Stored items
□ □ □

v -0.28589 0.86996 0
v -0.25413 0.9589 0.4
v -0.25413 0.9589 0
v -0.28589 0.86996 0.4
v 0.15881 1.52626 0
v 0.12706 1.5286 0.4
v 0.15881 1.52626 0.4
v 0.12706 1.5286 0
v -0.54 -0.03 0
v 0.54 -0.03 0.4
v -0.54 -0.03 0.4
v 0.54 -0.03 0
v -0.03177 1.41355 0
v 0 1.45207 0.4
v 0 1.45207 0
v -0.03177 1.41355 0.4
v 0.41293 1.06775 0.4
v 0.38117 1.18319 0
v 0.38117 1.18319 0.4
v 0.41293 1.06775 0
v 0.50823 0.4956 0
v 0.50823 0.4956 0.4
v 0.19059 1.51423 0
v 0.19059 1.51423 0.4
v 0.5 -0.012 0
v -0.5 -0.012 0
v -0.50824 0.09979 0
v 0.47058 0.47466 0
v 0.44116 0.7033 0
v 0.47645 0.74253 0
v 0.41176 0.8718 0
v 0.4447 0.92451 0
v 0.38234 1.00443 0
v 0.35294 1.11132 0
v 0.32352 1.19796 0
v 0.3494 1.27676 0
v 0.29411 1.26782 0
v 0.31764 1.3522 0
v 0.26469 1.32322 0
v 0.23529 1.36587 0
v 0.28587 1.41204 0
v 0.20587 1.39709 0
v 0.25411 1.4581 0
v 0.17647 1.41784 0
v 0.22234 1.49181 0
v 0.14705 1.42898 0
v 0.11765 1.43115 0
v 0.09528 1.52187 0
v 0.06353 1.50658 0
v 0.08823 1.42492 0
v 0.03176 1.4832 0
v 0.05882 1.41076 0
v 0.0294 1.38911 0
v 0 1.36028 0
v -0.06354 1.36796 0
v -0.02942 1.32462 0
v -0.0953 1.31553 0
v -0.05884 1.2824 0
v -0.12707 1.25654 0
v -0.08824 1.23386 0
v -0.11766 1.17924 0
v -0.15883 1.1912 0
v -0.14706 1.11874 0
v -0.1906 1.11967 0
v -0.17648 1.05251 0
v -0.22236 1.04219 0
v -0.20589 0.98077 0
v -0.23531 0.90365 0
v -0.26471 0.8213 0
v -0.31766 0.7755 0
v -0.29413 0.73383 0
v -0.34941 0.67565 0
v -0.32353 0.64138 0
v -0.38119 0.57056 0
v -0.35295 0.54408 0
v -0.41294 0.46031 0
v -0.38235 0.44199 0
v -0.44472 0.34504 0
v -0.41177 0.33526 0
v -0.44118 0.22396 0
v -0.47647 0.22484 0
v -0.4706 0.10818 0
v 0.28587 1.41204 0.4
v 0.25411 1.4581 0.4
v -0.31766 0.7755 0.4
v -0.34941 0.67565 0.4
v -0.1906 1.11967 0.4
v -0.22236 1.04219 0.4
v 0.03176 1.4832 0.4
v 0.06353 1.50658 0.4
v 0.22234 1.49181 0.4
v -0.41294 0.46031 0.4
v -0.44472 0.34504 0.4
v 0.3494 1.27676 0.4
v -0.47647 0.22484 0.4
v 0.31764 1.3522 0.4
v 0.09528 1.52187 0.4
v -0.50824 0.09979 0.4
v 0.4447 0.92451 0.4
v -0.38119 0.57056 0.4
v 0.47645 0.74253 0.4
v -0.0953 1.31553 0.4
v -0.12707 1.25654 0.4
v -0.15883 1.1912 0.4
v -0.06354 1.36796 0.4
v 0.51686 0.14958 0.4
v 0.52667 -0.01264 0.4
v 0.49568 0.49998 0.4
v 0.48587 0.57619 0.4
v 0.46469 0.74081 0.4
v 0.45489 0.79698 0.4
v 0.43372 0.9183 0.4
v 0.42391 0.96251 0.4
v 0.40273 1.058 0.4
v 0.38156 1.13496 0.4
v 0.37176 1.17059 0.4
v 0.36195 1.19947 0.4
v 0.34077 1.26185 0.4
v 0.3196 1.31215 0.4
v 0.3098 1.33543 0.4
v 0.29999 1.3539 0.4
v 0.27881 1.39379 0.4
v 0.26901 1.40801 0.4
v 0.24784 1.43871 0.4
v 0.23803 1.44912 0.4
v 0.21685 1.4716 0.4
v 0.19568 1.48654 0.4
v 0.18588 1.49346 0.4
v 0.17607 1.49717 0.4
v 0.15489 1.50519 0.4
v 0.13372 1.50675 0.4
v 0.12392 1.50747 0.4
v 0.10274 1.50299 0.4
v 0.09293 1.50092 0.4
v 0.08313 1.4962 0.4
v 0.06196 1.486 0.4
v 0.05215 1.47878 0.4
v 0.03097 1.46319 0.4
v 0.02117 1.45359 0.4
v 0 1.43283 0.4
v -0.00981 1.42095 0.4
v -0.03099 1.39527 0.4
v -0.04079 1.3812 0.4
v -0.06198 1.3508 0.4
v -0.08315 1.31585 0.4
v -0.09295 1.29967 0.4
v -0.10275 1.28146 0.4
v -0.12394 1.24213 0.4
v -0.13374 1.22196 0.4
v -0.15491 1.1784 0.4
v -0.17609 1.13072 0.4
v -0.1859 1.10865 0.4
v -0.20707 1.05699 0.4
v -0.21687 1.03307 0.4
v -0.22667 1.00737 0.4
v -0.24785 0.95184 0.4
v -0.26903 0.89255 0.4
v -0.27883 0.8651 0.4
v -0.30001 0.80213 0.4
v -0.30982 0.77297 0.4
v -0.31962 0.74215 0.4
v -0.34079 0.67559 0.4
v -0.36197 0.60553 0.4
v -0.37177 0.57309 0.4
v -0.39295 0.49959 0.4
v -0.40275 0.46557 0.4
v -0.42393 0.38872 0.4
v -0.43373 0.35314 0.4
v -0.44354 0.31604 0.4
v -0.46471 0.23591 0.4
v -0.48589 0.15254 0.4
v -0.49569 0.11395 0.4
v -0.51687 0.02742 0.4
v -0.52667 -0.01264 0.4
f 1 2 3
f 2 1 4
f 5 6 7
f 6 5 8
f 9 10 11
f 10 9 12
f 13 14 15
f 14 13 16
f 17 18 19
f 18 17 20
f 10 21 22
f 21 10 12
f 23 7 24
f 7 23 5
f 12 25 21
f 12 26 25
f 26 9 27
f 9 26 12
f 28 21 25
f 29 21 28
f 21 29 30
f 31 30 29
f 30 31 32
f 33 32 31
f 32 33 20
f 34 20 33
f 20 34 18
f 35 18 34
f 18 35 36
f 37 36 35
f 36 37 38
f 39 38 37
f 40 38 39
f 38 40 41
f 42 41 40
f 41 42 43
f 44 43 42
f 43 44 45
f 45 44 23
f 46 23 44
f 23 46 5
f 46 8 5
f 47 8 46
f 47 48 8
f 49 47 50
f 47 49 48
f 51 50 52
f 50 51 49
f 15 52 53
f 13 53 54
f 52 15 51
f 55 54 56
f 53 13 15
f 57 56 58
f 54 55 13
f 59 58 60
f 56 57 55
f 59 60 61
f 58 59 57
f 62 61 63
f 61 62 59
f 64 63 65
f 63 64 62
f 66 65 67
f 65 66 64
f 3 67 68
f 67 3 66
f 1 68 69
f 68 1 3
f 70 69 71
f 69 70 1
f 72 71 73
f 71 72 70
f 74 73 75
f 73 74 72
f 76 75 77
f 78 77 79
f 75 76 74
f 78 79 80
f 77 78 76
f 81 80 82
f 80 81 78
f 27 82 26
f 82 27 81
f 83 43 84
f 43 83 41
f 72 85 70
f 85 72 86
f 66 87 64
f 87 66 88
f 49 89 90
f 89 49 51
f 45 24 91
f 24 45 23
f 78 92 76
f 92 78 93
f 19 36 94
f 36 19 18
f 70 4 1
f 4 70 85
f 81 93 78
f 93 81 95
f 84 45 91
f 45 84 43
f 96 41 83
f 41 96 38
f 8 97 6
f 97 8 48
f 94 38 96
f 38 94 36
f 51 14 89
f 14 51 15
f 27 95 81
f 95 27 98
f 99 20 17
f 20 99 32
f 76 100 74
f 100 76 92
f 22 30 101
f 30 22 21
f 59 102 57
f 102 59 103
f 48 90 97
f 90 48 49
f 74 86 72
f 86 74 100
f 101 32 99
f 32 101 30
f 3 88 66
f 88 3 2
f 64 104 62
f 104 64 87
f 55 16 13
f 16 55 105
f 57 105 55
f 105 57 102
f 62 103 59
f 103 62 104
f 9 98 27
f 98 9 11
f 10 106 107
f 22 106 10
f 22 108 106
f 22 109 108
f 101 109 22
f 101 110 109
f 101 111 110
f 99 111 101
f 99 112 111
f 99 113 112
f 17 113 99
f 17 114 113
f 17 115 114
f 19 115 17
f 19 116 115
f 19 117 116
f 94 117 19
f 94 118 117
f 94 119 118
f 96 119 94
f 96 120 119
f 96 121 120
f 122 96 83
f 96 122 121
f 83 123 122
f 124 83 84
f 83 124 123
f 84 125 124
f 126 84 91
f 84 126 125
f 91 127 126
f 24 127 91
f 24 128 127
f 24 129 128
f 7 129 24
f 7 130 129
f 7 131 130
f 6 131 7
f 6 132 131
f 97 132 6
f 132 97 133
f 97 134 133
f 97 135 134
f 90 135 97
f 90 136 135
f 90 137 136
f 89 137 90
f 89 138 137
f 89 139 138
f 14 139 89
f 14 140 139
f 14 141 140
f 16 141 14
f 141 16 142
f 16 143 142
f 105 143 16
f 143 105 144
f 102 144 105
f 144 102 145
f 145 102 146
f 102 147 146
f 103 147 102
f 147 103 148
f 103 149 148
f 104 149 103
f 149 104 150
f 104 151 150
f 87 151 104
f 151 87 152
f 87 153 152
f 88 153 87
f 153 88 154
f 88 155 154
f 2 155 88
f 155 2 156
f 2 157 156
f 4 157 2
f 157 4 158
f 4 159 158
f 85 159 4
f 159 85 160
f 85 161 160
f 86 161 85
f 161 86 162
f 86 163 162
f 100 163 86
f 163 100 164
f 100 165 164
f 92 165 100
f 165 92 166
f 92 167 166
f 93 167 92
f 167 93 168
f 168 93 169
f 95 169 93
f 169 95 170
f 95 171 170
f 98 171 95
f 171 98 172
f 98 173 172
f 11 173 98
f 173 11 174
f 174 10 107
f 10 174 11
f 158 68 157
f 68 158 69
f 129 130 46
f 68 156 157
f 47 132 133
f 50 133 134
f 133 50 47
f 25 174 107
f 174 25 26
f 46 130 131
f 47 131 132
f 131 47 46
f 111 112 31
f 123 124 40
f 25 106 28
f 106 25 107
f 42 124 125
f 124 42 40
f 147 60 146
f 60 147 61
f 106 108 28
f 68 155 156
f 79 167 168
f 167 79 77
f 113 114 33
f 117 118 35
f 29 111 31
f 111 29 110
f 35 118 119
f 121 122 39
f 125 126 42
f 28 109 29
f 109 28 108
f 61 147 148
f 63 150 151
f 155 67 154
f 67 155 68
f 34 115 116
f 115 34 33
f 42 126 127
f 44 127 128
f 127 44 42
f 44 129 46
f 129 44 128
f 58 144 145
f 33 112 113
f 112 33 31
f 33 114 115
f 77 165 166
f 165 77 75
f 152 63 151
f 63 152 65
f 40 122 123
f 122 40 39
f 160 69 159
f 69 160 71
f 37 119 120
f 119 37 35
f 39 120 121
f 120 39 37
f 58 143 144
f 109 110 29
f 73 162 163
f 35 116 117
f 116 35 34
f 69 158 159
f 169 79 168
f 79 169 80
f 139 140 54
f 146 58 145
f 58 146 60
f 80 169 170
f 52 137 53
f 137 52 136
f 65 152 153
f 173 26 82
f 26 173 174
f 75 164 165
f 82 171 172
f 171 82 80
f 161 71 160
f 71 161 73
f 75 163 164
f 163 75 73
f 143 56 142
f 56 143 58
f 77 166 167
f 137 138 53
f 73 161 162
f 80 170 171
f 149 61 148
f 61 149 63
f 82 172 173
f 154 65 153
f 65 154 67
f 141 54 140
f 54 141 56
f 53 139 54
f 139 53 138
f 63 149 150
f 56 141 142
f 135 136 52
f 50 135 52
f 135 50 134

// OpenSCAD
points = [
	[0.0, 0.0],
	[0.029411764705882353, 0.12018089316227756],
	[0.058823529411764705, 0.2359647043753647],
	[0.08823529411764705, 0.3472684546034517],
	[0.11764705882352941, 0.45400413411798274],
	[0.14705882352941177, 0.556078195803149],
	[0.1764705882352941, 0.6533909766316055],
	[0.20588235294117646, 0.7458360340353749],
	[0.23529411764705882, 0.8332993808366767],
	[0.2647058823529412, 0.915658598487987],
	[0.29411764705882354, 0.9927818033161192],
	[0.3235294117647059, 1.0645264338769969],
	[0.3529411764705882, 1.1307378188514692],
	[0.38235294117647056, 1.1912474733574143],
	[0.4117647058823529, 1.245871055976488],
	[0.4411764705882353, 1.2944058975163855],
	[0.47058823529411764, 1.336627983043052],
	[0.5, 1.37228822720381],
	[0.5294117647058824, 1.4011078233891652],
	[0.5588235294117647, 1.4227723604191558],
	[0.5882352941176471, 1.4369242708217176],
	[0.6176470588235294, 1.4431529766361961],
	[0.6470588235294118, 1.4409817874616988],
	[0.6764705882352942, 1.4298501012769098],
	[0.7058823529411764, 1.4090886121405333],
	[0.7352941176470588, 1.377883747957598],
	[0.7647058823529411, 1.3352248410278518],
	[0.7941176470588235, 1.2798222362083098],
	[0.8235294117647058, 1.2099734613497852],
	[0.8529411764705882, 1.1233292406309068],
	[0.8823529411764706, 1.0164460040750365],
	[0.9117647058823529, 0.8838152888636676],
	[0.9411764705882353, 0.715311223066938],
	[0.9705882352941176, 0.4866772027741895],
	[1.0, 0.0],
];
difference(){
    
// OUTER COOKIE CUTTER SHAPE
    
    // extrude the outer polygon into a 3D shape
    // this extrusion is thinner than the inner shape to make sure the inner shape "cuts" through it completely
    linear_extrude(0.4)
    
        // x- and y-shift the outer polygon to be roughly centered around the inner shape
        // z-shift the outer polygon so the extruded inner shape cuts all the way through
        translate([-0.54, -0.03, -0.1])
            
            // scale this polygon up a bit to make an outer ring of a cookie cutter
            scale(1.08, 1.08, 1.08)
            
                // generate a polygon to become the outer shape
                polygon(points);        
    
// INNER COOKIE CUTTER SHAPE TO BE SUBTRACTED FROM OUTER

    // extrude the inner polygon into a 3D shape
    // this extrusion is thicker than the outer shape to ensure the inner shape "cuts" completey through the outer shape
    // the "scale" parameter grows the shape as it extrudes to give the finished cutter a narrower edge
    linear_extrude(0.6, scale=1.08) 
    
        // x-shift the shape to 
        translate([-0.5, -0.012, 0]) //x-center the polygon at origin
            
            // generate a polygon to become the inner shape (this is effectively defining a hole)
            polygon(points);
}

□ □ □

TASK DIRECTIONS
All lines above from the one with "f 33 112 113" to the one with "f 149 61 148", inclusive, should be copied exactly, and no other lines.

TASK RESPONSE
f 33 112 113
f 112 33 31
f 33 114 115
f 77 165 166
f 165 77 75
f 152 63 151
f 63 152 65
f 40 122 123
f 122 40 39
f 160 69 159
f 69 160 71
f 37 119 120
f 119 37 35
f 39 120 121
f 120 39 37
f 58 143 144
f 109 110 29
f 73 162 163
f 35 116 117
f 116 35 34
f 69 158 159
f 169 79 168
f 79 169 80
f 139 140 54
f 146 58 145
f 58 146 60
f 80 169 170
f 52 137 53
f 137 52 136
f 65 152 153
f 173 26 82
f 26 173 174
f 75 164 165
f 82 171 172
f 171 82 80
f 161 71 160
f 71 161 73
f 75 163 164
f 163 75 73
f 143 56 142
f 56 143 58
f 77 166 167
f 137 138 53
f 73 161 162
f 80 170 171
f 149 61 148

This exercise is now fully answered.